WHAT YOU SHOULD DO:
Go through the entries below from the first line and output each one exactly, up to and including the line with "#8=(LENGTH_UNIT()NAMED_UNIT(*)SI_UNIT(.MILLI.,.METRE.));".

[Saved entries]
* * *
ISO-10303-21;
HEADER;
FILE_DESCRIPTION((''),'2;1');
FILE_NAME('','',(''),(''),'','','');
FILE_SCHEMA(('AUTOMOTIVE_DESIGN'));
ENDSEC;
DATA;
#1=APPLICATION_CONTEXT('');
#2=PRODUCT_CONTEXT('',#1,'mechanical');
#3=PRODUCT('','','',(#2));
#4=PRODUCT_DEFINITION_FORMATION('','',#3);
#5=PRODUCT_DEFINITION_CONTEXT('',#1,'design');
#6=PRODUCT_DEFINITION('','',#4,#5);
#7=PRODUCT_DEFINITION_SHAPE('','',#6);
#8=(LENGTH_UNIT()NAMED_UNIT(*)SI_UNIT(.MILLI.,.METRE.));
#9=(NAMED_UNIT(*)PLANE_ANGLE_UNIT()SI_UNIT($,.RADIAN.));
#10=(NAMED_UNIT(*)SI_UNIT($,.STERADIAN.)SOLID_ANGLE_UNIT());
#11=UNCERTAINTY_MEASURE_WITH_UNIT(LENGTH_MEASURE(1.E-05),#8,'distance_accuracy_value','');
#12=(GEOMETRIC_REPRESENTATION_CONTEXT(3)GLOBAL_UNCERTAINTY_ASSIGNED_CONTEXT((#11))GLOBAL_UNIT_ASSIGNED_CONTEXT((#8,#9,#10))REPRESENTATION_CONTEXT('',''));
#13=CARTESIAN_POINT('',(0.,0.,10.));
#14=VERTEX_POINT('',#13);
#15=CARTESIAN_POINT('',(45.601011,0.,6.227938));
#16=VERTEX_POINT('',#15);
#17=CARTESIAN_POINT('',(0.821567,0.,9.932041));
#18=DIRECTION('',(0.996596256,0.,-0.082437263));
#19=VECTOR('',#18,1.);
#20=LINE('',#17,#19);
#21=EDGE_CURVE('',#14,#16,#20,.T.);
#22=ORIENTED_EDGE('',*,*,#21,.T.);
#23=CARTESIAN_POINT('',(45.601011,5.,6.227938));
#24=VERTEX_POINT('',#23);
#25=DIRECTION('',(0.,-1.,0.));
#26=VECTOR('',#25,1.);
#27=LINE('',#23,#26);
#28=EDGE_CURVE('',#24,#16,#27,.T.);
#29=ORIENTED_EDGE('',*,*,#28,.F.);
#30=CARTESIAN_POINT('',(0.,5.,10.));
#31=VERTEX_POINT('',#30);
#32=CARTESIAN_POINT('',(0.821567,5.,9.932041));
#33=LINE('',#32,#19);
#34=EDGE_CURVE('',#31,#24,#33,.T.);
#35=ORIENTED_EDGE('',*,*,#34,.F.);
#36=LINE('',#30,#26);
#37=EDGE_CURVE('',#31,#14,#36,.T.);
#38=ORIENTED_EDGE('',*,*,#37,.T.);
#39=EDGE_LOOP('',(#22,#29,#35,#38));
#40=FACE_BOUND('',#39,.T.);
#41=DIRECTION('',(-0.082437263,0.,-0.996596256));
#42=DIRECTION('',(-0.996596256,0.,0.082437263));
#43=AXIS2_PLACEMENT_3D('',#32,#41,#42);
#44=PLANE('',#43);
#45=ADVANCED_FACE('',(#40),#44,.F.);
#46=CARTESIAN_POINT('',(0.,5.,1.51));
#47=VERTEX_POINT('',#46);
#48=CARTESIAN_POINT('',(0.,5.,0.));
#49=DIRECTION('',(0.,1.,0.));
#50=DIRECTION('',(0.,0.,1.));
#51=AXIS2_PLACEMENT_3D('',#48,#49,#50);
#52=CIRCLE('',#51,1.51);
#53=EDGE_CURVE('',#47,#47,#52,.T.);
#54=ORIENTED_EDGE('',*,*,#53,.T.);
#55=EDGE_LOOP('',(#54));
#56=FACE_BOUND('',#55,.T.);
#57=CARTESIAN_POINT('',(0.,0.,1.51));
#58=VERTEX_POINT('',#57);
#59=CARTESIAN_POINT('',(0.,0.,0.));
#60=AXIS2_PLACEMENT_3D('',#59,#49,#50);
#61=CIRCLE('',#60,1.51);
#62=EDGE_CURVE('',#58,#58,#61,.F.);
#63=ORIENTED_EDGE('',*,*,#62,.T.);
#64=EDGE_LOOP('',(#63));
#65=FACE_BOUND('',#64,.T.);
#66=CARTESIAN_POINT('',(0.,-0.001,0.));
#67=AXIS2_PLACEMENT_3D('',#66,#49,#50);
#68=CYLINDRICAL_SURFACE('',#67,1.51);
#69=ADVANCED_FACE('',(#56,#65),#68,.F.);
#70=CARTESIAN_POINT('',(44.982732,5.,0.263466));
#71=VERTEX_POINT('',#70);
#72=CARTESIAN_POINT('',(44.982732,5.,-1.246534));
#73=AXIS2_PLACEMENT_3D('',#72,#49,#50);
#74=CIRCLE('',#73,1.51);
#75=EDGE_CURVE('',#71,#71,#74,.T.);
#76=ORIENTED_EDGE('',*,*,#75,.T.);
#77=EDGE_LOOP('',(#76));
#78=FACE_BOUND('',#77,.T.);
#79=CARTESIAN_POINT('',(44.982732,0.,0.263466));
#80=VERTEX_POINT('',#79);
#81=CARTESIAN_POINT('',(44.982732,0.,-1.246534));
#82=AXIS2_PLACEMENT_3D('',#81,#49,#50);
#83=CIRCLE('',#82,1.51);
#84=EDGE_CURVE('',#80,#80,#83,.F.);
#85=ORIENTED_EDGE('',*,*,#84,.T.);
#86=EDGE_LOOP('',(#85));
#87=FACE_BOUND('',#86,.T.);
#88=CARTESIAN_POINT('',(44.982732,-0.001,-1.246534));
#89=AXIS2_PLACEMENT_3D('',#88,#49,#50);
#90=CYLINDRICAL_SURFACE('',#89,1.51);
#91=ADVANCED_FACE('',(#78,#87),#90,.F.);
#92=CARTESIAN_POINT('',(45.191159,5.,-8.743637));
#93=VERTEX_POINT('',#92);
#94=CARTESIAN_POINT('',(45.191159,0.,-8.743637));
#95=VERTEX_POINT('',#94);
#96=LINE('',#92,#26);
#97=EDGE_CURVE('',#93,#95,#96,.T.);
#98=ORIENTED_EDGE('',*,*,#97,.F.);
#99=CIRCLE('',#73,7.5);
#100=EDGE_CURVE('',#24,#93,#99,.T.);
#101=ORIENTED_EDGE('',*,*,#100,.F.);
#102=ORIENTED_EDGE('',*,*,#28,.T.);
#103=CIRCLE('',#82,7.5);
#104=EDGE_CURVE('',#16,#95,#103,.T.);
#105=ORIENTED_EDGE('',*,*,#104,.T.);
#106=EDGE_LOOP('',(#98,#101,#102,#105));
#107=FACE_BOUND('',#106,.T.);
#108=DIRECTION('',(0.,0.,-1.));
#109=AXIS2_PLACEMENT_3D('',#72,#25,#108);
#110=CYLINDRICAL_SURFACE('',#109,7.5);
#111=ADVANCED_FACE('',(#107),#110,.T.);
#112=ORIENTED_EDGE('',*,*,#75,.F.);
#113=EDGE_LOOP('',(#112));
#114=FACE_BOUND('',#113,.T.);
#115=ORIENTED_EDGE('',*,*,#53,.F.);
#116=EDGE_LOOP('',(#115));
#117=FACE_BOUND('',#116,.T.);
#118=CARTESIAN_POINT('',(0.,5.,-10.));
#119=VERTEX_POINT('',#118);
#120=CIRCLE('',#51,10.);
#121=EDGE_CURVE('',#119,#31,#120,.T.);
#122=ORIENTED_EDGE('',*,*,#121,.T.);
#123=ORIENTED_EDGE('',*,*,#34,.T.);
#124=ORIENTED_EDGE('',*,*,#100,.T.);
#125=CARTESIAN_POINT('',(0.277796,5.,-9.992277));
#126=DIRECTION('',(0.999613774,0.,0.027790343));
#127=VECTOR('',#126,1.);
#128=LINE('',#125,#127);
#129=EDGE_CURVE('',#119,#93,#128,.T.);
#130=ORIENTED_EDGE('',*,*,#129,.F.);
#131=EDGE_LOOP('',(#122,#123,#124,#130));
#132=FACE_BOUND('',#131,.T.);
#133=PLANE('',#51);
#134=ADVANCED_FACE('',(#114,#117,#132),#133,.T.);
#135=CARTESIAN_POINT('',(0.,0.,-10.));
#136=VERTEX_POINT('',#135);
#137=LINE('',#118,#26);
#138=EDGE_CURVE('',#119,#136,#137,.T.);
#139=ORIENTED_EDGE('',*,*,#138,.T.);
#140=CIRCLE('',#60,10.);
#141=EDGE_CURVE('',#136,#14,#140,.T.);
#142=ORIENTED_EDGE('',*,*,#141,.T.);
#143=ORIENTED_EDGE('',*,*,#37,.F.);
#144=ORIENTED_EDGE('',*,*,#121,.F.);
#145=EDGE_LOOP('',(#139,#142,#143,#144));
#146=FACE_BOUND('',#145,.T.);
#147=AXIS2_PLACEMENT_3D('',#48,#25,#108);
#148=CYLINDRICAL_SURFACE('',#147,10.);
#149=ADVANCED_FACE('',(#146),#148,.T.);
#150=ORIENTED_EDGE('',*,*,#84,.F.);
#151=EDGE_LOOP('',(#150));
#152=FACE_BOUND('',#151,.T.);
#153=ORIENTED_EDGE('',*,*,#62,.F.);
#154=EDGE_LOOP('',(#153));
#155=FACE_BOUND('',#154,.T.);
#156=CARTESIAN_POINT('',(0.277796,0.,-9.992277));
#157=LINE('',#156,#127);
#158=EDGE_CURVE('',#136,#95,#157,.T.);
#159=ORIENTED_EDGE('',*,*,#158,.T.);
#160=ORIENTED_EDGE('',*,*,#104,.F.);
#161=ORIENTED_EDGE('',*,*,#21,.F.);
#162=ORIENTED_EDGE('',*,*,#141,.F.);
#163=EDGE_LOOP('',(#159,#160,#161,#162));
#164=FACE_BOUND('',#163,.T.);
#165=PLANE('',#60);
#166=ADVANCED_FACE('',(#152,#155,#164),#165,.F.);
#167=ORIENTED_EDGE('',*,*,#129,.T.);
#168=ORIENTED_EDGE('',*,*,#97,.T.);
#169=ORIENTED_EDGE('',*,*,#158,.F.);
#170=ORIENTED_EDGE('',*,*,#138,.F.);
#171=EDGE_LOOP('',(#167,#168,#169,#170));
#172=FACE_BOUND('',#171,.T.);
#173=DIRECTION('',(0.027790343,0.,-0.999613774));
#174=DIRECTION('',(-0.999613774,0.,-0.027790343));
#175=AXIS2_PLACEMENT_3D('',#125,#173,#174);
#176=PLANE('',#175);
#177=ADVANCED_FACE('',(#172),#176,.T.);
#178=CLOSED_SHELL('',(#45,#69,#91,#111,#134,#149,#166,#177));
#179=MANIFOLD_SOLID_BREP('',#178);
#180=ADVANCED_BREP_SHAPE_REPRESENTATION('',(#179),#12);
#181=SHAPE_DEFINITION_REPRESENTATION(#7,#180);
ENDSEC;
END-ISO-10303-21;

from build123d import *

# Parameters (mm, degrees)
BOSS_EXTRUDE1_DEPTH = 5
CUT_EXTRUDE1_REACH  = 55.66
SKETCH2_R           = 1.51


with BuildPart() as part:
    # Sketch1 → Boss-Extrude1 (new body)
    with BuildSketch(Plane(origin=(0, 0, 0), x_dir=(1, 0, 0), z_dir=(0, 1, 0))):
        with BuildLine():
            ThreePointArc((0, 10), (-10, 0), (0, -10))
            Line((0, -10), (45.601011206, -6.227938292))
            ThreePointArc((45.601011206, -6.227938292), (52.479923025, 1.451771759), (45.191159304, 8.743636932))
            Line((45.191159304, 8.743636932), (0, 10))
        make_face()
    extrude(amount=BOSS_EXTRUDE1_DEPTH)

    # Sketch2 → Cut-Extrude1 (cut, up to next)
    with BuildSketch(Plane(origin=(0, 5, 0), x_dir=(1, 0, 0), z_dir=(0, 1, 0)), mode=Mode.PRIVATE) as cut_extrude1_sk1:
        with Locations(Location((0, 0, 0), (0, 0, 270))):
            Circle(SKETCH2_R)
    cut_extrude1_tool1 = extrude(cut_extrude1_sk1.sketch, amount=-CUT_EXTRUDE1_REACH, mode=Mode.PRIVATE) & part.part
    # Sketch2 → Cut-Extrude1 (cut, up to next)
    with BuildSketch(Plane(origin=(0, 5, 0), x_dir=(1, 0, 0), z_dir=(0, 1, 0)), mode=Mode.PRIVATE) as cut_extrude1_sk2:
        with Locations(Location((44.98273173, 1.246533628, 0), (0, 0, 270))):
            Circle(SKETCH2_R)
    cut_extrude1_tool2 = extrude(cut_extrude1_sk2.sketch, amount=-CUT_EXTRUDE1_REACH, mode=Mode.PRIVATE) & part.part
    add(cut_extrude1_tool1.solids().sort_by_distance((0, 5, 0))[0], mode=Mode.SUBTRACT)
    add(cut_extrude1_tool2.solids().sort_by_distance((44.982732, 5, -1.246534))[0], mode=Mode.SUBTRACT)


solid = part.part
* * *
SOLVED EXERCISE:
ISO-10303-21;
HEADER;
FILE_DESCRIPTION((''),'2;1');
FILE_NAME('','',(''),(''),'','','');
FILE_SCHEMA(('AUTOMOTIVE_DESIGN'));
ENDSEC;
DATA;
#1=APPLICATION_CONTEXT('');
#2=PRODUCT_CONTEXT('',#1,'mechanical');
#3=PRODUCT('','','',(#2));
#4=PRODUCT_DEFINITION_FORMATION('','',#3);
#5=PRODUCT_DEFINITION_CONTEXT('',#1,'design');
#6=PRODUCT_DEFINITION('','',#4,#5);
#7=PRODUCT_DEFINITION_SHAPE('','',#6);
#8=(LENGTH_UNIT()NAMED_UNIT(*)SI_UNIT(.MILLI.,.METRE.));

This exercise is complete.